• [Task to complete]
The required output consists solely of the lines from the top of the listing through the line containing "v 65.328 -7.042 0", transcribed exactly.
Exercise materials below:
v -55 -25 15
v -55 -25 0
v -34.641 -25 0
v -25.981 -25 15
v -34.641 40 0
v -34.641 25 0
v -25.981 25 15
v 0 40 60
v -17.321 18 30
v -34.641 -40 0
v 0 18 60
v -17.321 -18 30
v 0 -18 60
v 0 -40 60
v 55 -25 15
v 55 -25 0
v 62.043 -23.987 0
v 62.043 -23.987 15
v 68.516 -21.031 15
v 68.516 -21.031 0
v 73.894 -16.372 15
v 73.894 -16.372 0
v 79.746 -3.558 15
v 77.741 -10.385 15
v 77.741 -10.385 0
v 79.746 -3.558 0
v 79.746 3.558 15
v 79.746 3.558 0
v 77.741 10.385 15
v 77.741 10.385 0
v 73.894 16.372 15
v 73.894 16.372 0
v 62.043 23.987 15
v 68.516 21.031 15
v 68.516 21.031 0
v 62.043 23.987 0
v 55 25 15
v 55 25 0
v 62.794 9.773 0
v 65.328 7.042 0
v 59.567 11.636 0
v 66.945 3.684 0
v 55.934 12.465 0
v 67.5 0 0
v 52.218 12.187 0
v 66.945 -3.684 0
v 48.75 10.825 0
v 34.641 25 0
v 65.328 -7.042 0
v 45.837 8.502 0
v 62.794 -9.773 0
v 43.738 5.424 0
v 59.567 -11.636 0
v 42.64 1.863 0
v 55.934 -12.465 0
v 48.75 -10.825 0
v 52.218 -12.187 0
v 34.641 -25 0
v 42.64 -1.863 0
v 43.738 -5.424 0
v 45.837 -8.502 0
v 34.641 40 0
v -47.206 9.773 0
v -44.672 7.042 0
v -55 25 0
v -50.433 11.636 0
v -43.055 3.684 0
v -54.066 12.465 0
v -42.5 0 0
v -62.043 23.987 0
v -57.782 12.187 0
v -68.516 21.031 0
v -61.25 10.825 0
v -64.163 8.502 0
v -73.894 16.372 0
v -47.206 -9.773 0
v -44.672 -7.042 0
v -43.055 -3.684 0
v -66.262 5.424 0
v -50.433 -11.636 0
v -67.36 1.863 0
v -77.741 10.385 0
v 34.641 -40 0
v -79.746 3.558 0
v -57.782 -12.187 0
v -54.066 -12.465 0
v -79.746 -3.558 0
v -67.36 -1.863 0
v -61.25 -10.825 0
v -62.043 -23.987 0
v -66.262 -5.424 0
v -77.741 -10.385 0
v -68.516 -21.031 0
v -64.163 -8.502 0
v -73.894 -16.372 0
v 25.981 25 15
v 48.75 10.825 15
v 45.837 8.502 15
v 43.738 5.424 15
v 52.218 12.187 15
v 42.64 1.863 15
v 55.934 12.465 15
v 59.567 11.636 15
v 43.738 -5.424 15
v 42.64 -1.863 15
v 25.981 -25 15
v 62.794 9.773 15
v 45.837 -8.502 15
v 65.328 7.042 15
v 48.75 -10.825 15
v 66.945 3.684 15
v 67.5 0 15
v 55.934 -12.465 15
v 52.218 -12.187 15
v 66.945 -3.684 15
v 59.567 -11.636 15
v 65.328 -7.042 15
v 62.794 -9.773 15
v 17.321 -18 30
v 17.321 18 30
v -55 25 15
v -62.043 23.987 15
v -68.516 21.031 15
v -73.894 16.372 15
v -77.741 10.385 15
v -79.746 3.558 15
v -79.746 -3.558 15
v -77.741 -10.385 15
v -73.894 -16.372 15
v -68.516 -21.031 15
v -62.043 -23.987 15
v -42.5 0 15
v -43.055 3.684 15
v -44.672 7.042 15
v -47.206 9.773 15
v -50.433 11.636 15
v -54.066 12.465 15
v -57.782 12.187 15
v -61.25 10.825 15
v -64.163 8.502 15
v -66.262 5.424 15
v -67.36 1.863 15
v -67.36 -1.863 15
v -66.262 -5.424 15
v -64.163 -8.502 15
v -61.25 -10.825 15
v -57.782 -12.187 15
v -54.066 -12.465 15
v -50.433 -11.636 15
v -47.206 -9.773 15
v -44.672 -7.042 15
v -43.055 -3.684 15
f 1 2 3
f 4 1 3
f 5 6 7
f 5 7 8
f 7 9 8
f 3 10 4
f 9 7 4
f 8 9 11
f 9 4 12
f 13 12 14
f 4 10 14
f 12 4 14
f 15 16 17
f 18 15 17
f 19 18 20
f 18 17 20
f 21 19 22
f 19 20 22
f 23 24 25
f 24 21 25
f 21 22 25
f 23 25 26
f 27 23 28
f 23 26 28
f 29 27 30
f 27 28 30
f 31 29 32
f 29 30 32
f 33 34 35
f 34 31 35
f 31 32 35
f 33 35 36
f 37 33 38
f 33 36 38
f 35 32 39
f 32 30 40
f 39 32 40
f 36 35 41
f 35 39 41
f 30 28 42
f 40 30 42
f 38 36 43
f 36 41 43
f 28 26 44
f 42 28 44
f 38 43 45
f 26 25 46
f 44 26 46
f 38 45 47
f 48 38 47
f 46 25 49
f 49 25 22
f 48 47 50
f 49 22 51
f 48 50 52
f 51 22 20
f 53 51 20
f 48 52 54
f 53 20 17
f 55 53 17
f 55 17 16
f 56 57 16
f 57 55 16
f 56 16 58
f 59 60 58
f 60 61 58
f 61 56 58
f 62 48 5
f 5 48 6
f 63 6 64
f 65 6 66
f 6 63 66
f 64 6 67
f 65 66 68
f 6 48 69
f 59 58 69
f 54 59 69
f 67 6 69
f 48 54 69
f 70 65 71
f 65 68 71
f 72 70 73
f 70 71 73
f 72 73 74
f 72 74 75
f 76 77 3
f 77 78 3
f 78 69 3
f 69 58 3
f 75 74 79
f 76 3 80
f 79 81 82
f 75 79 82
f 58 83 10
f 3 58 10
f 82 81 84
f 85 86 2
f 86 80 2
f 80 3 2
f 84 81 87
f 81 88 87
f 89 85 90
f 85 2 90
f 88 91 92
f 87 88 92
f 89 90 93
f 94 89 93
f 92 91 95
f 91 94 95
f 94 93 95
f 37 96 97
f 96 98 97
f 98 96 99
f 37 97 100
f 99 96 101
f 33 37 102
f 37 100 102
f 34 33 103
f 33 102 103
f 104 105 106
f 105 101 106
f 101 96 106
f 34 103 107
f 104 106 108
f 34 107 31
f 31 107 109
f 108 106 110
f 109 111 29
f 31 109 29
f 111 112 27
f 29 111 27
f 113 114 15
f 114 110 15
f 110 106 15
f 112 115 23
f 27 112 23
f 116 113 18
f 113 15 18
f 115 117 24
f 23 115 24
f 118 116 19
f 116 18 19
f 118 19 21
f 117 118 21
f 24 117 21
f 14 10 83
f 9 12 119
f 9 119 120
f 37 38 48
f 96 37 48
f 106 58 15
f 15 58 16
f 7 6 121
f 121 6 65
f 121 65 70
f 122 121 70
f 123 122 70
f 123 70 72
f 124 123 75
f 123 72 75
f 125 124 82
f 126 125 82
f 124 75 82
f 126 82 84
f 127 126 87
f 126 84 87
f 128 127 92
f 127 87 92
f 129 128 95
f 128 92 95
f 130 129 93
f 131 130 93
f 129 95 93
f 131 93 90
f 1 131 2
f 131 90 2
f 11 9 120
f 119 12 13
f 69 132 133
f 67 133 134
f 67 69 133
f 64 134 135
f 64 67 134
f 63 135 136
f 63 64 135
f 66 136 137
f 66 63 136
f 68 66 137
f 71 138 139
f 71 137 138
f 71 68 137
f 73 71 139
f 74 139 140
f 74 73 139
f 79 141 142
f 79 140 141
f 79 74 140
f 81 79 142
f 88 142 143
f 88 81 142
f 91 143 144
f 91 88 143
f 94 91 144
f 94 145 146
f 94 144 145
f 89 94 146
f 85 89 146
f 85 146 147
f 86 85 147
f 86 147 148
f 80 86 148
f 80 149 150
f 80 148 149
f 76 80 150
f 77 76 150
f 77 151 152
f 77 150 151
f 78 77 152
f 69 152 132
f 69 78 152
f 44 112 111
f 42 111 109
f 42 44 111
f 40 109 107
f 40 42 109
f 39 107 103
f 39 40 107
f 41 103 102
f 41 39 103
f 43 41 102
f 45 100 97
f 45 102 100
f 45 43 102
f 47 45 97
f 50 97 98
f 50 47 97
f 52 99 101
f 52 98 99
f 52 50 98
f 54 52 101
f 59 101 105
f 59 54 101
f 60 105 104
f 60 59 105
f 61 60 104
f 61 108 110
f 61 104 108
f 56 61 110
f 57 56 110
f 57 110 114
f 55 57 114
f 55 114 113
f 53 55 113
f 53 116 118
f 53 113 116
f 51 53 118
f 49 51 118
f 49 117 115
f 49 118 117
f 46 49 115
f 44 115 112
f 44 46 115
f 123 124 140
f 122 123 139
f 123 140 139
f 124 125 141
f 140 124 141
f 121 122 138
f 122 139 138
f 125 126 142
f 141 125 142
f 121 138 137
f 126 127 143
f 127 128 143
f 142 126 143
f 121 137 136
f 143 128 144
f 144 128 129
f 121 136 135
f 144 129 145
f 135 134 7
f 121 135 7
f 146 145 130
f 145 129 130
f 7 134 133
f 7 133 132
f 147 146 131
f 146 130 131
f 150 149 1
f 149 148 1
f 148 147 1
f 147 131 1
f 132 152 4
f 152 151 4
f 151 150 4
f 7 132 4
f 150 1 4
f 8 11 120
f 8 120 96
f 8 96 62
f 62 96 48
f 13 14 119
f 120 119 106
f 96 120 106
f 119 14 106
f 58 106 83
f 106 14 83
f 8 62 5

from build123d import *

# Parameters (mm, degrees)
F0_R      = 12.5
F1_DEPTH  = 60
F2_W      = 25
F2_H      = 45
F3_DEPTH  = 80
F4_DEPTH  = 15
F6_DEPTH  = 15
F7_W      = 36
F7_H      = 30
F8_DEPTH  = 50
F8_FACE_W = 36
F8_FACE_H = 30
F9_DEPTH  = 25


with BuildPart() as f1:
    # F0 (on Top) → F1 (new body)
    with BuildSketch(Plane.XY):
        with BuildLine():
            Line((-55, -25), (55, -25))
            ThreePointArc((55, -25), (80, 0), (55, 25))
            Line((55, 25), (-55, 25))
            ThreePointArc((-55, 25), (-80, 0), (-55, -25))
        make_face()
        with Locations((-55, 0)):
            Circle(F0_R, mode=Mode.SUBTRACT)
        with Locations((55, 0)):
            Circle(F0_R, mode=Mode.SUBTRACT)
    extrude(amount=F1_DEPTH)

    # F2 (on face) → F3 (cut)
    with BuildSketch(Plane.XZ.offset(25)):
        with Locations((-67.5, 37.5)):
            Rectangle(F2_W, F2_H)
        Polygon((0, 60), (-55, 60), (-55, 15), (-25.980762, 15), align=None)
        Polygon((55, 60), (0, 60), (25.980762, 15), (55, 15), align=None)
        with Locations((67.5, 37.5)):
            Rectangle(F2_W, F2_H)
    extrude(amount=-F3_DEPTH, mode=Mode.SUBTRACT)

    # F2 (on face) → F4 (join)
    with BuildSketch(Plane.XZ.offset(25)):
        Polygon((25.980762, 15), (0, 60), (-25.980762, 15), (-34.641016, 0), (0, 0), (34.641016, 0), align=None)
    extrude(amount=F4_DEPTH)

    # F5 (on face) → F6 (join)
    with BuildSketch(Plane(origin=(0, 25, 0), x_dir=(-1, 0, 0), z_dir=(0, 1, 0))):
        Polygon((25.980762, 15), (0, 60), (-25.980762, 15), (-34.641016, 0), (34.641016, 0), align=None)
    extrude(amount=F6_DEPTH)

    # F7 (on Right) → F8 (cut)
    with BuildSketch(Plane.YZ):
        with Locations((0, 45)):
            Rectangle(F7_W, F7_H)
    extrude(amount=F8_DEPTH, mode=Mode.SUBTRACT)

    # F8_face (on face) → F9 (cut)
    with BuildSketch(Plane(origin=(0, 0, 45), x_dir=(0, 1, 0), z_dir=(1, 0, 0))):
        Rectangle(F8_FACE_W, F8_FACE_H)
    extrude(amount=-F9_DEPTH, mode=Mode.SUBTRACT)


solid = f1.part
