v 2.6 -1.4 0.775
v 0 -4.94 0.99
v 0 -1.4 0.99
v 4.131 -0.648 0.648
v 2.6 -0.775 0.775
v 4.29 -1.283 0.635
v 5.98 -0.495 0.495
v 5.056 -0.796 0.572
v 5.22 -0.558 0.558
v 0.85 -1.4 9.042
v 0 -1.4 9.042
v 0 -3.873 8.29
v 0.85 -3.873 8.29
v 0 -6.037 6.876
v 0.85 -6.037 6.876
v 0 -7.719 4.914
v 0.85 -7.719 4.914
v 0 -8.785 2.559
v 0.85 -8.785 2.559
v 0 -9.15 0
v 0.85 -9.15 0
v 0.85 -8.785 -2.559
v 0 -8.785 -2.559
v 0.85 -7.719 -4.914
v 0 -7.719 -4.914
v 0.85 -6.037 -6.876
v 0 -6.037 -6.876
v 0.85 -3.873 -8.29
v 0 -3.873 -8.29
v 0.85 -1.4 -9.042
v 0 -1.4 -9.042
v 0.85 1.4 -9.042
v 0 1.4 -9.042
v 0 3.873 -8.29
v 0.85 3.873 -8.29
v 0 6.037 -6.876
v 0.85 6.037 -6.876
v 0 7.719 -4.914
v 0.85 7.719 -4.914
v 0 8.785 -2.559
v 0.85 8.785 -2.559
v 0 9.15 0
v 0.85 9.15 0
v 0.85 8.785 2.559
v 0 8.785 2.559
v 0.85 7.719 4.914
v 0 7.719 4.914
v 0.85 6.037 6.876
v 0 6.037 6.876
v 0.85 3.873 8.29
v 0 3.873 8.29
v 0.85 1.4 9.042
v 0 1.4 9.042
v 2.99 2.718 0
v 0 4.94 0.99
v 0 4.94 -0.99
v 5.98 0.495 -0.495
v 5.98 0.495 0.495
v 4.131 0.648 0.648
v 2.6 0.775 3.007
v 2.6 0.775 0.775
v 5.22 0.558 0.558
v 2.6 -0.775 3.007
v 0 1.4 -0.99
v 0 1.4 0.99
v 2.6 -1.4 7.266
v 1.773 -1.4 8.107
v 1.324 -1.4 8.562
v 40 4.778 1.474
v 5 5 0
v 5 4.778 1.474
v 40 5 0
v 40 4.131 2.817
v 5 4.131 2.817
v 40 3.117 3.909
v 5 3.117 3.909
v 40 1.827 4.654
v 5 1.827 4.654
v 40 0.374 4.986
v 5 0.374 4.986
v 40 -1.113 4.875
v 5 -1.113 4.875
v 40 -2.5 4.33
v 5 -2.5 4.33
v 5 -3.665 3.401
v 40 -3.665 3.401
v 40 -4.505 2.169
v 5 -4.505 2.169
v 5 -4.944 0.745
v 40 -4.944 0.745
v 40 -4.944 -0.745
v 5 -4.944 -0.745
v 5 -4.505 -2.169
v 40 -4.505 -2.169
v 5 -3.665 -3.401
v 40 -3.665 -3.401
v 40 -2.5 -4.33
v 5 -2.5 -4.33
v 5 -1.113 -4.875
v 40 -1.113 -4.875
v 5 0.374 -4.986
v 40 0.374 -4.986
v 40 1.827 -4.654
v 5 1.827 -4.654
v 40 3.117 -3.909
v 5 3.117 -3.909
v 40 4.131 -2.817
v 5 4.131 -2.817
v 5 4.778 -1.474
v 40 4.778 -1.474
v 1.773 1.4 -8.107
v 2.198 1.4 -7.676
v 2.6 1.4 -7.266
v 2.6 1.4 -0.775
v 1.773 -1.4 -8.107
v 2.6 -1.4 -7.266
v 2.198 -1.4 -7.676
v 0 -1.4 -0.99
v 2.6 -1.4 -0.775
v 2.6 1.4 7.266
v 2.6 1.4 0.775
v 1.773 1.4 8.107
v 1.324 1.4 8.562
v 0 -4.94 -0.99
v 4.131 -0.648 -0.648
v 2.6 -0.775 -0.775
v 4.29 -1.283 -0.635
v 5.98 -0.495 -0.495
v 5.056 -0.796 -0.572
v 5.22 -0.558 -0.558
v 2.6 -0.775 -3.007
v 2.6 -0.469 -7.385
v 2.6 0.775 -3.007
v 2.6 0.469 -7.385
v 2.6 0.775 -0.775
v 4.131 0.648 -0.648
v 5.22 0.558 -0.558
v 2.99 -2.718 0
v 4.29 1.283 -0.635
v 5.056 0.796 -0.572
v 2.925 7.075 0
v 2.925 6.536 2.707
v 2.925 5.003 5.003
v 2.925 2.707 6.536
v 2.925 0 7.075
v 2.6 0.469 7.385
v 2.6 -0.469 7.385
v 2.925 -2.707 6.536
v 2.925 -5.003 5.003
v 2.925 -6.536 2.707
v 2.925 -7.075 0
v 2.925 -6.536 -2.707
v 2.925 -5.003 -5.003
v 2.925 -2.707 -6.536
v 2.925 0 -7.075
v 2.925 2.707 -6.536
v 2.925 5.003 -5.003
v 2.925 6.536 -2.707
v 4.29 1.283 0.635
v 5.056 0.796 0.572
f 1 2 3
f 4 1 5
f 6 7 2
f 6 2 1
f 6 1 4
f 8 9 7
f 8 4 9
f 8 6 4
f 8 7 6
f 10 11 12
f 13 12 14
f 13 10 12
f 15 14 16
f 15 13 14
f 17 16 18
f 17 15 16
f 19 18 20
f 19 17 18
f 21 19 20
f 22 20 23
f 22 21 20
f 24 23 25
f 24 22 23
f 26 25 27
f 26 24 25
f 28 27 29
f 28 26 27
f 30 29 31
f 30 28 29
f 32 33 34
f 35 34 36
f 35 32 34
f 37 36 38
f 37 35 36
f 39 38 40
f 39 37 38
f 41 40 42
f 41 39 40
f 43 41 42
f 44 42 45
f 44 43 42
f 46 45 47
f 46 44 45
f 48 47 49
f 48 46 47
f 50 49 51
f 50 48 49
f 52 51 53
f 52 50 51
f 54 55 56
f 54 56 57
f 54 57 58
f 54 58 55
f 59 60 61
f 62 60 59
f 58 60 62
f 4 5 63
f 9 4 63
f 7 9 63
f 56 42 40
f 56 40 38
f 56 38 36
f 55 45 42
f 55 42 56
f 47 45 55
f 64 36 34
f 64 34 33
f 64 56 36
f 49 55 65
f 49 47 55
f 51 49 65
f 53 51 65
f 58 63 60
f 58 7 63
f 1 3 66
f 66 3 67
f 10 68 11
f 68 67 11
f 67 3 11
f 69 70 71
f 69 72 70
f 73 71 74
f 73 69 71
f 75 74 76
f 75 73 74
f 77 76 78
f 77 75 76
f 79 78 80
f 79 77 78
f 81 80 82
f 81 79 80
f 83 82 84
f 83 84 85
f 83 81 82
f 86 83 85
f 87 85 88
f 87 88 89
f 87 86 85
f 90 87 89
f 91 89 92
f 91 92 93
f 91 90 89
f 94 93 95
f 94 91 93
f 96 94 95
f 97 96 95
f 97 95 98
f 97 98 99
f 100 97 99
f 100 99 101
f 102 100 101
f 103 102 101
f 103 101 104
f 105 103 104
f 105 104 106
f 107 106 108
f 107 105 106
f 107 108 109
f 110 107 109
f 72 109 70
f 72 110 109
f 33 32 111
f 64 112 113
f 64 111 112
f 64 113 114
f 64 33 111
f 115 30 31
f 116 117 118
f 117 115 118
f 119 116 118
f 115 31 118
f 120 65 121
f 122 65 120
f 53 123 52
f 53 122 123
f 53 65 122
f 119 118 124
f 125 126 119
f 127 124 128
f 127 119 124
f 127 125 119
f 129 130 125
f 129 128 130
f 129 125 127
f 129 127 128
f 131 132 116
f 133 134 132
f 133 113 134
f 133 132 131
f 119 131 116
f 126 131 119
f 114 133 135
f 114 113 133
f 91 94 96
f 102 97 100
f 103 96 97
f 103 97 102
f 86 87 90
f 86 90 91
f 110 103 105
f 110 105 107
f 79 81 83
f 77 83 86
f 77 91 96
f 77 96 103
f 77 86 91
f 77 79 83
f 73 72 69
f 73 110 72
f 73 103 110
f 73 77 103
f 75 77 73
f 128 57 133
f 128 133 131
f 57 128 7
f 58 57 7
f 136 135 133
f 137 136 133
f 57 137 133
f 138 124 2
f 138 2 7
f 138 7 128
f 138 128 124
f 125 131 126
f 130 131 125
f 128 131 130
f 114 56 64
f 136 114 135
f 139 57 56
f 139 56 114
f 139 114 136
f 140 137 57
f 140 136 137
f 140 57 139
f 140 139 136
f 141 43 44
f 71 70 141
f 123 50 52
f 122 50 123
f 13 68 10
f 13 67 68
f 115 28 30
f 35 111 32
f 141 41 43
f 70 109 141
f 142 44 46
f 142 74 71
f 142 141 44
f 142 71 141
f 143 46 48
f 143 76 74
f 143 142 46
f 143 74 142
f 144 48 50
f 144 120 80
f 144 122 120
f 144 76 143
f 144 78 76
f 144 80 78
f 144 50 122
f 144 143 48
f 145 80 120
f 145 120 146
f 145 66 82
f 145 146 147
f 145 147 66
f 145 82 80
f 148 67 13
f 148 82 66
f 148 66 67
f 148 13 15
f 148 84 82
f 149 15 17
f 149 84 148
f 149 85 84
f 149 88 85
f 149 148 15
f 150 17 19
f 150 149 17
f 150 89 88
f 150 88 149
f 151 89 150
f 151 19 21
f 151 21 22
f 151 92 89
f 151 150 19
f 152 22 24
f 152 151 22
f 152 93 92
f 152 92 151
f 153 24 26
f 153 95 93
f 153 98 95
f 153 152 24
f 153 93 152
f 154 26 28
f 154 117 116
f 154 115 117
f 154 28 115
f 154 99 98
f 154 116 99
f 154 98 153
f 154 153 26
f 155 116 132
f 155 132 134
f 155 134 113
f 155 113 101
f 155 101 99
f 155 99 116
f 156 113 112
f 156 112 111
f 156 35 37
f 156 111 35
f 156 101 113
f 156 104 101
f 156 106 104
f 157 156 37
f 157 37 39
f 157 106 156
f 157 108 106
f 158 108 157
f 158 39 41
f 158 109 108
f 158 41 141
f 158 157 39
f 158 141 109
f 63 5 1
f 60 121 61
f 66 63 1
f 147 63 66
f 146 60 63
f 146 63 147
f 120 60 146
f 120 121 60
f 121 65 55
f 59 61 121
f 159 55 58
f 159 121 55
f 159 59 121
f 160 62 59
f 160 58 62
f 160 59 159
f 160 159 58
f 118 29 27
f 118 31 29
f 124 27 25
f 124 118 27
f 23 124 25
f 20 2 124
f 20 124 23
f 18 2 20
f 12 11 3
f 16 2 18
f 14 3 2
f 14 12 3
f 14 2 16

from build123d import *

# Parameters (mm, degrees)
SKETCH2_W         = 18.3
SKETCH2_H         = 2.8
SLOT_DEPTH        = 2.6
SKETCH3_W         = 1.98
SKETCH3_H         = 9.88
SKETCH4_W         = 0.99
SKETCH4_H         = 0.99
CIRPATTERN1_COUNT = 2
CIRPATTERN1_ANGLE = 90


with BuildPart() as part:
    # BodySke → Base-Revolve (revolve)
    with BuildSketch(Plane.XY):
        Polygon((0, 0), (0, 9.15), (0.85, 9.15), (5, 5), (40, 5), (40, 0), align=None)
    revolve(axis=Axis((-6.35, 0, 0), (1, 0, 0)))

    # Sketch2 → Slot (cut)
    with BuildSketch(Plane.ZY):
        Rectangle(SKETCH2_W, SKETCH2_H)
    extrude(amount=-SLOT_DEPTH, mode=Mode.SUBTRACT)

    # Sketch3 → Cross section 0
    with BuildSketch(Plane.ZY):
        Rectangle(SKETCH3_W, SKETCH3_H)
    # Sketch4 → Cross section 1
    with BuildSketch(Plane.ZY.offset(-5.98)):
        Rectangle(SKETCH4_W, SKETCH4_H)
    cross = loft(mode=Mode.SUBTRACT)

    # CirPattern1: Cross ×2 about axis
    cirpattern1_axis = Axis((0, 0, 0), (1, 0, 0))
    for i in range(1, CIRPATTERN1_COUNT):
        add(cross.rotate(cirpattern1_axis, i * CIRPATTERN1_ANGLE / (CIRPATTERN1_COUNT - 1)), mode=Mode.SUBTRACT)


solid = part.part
End of Exercise materials.
• [Result of this exercise]
v -55 -25 15
v -55 -25 0
v -34.641 -25 0
v -25.981 -25 15
v -34.641 40 0
v -34.641 25 0
v -25.981 25 15
v 0 40 60
v -17.321 18 30
v -34.641 -40 0
v 0 18 60
v -17.321 -18 30
v 0 -18 60
v 0 -40 60
v 55 -25 15
v 55 -25 0
v 62.043 -23.987 0
v 62.043 -23.987 15
v 68.516 -21.031 15
v 68.516 -21.031 0
v 73.894 -16.372 15
v 73.894 -16.372 0
v 79.746 -3.558 15
v 77.741 -10.385 15
v 77.741 -10.385 0
v 79.746 -3.558 0
v 79.746 3.558 15
v 79.746 3.558 0
v 77.741 10.385 15
v 77.741 10.385 0
v 73.894 16.372 15
v 73.894 16.372 0
v 62.043 23.987 15
v 68.516 21.031 15
v 68.516 21.031 0
v 62.043 23.987 0
v 55 25 15
v 55 25 0
v 62.794 9.773 0
v 65.328 7.042 0
v 59.567 11.636 0
v 66.945 3.684 0
v 55.934 12.465 0
v 67.5 0 0
v 52.218 12.187 0
v 66.945 -3.684 0
v 48.75 10.825 0
v 34.641 25 0
v 65.328 -7.042 0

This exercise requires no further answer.